• _To do_: Each line of the data below holding the word "amount" must be copied.

Stored data entries:
================================
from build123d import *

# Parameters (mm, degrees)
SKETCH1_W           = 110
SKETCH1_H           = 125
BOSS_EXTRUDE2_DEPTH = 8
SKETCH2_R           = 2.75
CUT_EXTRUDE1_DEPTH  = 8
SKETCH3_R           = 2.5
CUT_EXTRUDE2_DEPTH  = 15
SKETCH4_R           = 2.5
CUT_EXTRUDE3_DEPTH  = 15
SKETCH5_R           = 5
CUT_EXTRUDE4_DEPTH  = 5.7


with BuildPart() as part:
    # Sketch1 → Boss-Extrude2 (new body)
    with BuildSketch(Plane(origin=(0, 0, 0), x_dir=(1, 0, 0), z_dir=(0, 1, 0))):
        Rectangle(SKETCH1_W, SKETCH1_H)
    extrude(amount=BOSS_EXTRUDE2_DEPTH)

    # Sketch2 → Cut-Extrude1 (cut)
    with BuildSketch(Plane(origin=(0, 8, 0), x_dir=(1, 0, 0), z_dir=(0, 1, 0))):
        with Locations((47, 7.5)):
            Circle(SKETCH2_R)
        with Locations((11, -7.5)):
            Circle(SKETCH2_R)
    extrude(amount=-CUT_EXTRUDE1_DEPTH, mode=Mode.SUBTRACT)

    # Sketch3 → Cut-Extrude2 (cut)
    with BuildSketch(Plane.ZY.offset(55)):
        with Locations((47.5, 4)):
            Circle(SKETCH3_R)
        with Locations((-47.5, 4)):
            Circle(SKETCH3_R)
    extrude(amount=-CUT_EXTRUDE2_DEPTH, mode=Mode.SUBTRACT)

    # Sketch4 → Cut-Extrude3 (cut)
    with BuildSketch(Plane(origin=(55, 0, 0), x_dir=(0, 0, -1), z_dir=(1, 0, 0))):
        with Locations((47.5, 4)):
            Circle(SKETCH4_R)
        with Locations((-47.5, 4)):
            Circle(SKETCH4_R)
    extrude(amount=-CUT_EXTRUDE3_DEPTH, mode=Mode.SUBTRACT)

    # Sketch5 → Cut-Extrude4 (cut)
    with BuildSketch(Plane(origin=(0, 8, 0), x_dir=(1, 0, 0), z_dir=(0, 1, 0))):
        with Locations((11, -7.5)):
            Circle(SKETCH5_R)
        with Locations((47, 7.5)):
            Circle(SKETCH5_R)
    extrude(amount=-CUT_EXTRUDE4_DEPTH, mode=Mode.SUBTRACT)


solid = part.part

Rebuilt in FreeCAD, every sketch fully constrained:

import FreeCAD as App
import Part
import Sketcher


def add_polygon(sketch, points):
    """Adds a closed chain of lines whose ends are joined by coincident constraints."""
    first, n = sketch.GeometryCount, len(points)
    for a, b in zip(points, points[1:] + points[:1]):
        sketch.addGeometry(Part.LineSegment(App.Vector(*a, 0), App.Vector(*b, 0)), False)
    for i in range(n):
        sketch.addConstraint(Sketcher.Constraint("Coincident", first + i, 2, first + (i + 1) % n, 1))

doc = App.newDocument("Part")
params = doc.addObject("Spreadsheet::Sheet", "Params")
for row, (alias, value) in enumerate([
    ("sketch1_width", "110 mm"),
    ("sketch1_height", "125 mm"),
    ("pad1_length", "8 mm"),
    ("sketch2_diameter", "5.5 mm"),
    ("pocket1_length", "8 mm"),
    ("sketch3_diameter", "5 mm"),
    ("pocket2_length", "15 mm"),
    ("sketch4_diameter", "5 mm"),
    ("pocket3_length", "15 mm"),
    ("sketch5_diameter", "10 mm"),
    ("pocket4_length", "5.7 mm"),
], start=1):
    params.set(f"A{row}", alias)
    params.set(f"B{row}", "=" + value)
    params.setAlias(f"B{row}", alias)

body = doc.addObject("PartDesign::Body", "Body")

sketch1 = body.newObject("Sketcher::SketchObject", "Sketch")
sketch1.AttachmentSupport = (doc.getObject("XZ_Plane"), [""])
sketch1.MapMode = "FlatFace"
add_polygon(sketch1, [(-55, -62.5), (-55, 62.5), (55, 62.5), (55, -62.5)])
sketch1.addConstraint(Sketcher.Constraint("Vertical", 0))
sketch1.addConstraint(Sketcher.Constraint("Horizontal", 1))
sketch1.addConstraint(Sketcher.Constraint("Vertical", 2))
sketch1.addConstraint(Sketcher.Constraint("Horizontal", 3))
sketch1.addConstraint(Sketcher.Constraint("Symmetric", 0, 2, 2, 2, -1, 1))
sketch1.addConstraint(Sketcher.Constraint("DistanceX", 1, 1, 1, 2, 110.0))
sketch1.addConstraint(Sketcher.Constraint("DistanceY", 0, 1, 0, 2, 125.0))
sketch1.setExpression("Constraints[9]", "Params.sketch1_width")
sketch1.setExpression("Constraints[10]", "Params.sketch1_height")
pad1 = body.newObject("PartDesign::Pad", "Pad")
pad1.Profile = sketch1
pad1.setExpression("Length", "Params.pad1_length")
pad1.Reversed = True

sketch2 = body.newObject("Sketcher::SketchObject", "Sketch001")
sketch2.AttachmentSupport = (doc.getObject("XZ_Plane"), [""])
sketch2.MapMode = "FlatFace"
sketch2.AttachmentOffset = App.Placement(App.Vector(0, 0, -8), App.Rotation())
sketch2.addGeometry(Part.Circle(App.Vector(47, -7.5, 0), App.Vector(0, 0, 1), 2.75), False)
sketch2.addGeometry(Part.Circle(App.Vector(11, 7.5, 0), App.Vector(0, 0, 1), 2.75), False)
sketch2.addConstraint(Sketcher.Constraint("Equal", 0, 1))
sketch2.addConstraint(Sketcher.Constraint("Diameter", 0, 5.5))
sketch2.addConstraint(Sketcher.Constraint("DistanceX", -1, 1, 0, 3, 47.0))
sketch2.addConstraint(Sketcher.Constraint("DistanceX", -1, 1, 1, 3, 11.0))
sketch2.addConstraint(Sketcher.Constraint("DistanceY", 0, 3, 1, 3, 15.0))
sketch2.addConstraint(Sketcher.Constraint("DistanceY", 0, 3, -1, 1, 7.5))
sketch2.setExpression("Constraints[1]", "Params.sketch2_diameter")
pocket1 = body.newObject("PartDesign::Pocket", "Pocket")
pocket1.Profile = sketch2
pocket1.setExpression("Length", "Params.pocket1_length")
pocket1.Reversed = True

sketch3 = body.newObject("Sketcher::SketchObject", "Sketch002")
sketch3.AttachmentSupport = (doc.getObject("YZ_Plane"), [""])
sketch3.MapMode = "FlatFace"
sketch3.AttachmentOffset = App.Placement(App.Vector(0, 0, -55), App.Rotation())
sketch3.addGeometry(Part.Circle(App.Vector(4, 47.5, 0), App.Vector(0, 0, 1), 2.5), False)
sketch3.addGeometry(Part.Circle(App.Vector(4, -47.5, 0), App.Vector(0, 0, 1), 2.5), False)
sketch3.addConstraint(Sketcher.Constraint("Equal", 0, 1))
sketch3.addConstraint(Sketcher.Constraint("Symmetric", 0, 3, 1, 3, -1))
sketch3.addConstraint(Sketcher.Constraint("Diameter", 0, 5.0))
sketch3.addConstraint(Sketcher.Constraint("DistanceX", -1, 1, 0, 3, 4.0))
sketch3.addConstraint(Sketcher.Constraint("DistanceY", 1, 3, 0, 3, 95.0))
sketch3.setExpression("Constraints[2]", "Params.sketch3_diameter")
pocket2 = body.newObject("PartDesign::Pocket", "Pocket001")
pocket2.Profile = sketch3
pocket2.setExpression("Length", "Params.pocket2_length")
pocket2.Reversed = True

sketch4 = body.newObject("Sketcher::SketchObject", "Sketch003")
sketch4.AttachmentSupport = (doc.getObject("YZ_Plane"), [""])
sketch4.MapMode = "FlatFace"
sketch4.AttachmentOffset = App.Placement(App.Vector(0, 0, 55), App.Rotation())
sketch4.addGeometry(Part.Circle(App.Vector(4, -47.5, 0), App.Vector(0, 0, 1), 2.5), False)
sketch4.addGeometry(Part.Circle(App.Vector(4, 47.5, 0), App.Vector(0, 0, 1), 2.5), False)
sketch4.addConstraint(Sketcher.Constraint("Equal", 0, 1))
sketch4.addConstraint(Sketcher.Constraint("Symmetric", 0, 3, 1, 3, -1))
sketch4.addConstraint(Sketcher.Constraint("Diameter", 0, 5.0))
sketch4.addConstraint(Sketcher.Constraint("DistanceX", -1, 1, 0, 3, 4.0))
sketch4.addConstraint(Sketcher.Constraint("DistanceY", 0, 3, 1, 3, 95.0))
sketch4.setExpression("Constraints[2]", "Params.sketch4_diameter")
pocket3 = body.newObject("PartDesign::Pocket", "Pocket002")
pocket3.Profile = sketch4
pocket3.setExpression("Length", "Params.pocket3_length")

sketch5 = body.newObject("Sketcher::SketchObject", "Sketch004")
sketch5.AttachmentSupport = (doc.getObject("XZ_Plane"), [""])
sketch5.MapMode = "FlatFace"
sketch5.AttachmentOffset = App.Placement(App.Vector(0, 0, -8), App.Rotation())
sketch5.addGeometry(Part.Circle(App.Vector(11, 7.5, 0), App.Vector(0, 0, 1), 5), False)
sketch5.addGeometry(Part.Circle(App.Vector(47, -7.5, 0), App.Vector(0, 0, 1), 5), False)
sketch5.addConstraint(Sketcher.Constraint("Equal", 0, 1))
sketch5.addConstraint(Sketcher.Constraint("Diameter", 0, 10.0))
sketch5.addConstraint(Sketcher.Constraint("DistanceX", -1, 1, 0, 3, 11.0))
sketch5.addConstraint(Sketcher.Constraint("DistanceX", -1, 1, 1, 3, 47.0))
sketch5.addConstraint(Sketcher.Constraint("DistanceY", 1, 3, 0, 3, 15.0))
sketch5.addConstraint(Sketcher.Constraint("DistanceY", -1, 1, 0, 3, 7.5))
sketch5.setExpression("Constraints[1]", "Params.sketch5_diameter")
pocket4 = body.newObject("PartDesign::Pocket", "Pocket003")
pocket4.Profile = sketch5
pocket4.setExpression("Length", "Params.pocket4_length")
pocket4.Reversed = True

doc.recompute()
================================
• _Response_:
    extrude(amount=BOSS_EXTRUDE2_DEPTH)
    extrude(amount=-CUT_EXTRUDE1_DEPTH, mode=Mode.SUBTRACT)
    extrude(amount=-CUT_EXTRUDE2_DEPTH, mode=Mode.SUBTRACT)
    extrude(amount=-CUT_EXTRUDE3_DEPTH, mode=Mode.SUBTRACT)
    extrude(amount=-CUT_EXTRUDE4_DEPTH, mode=Mode.SUBTRACT)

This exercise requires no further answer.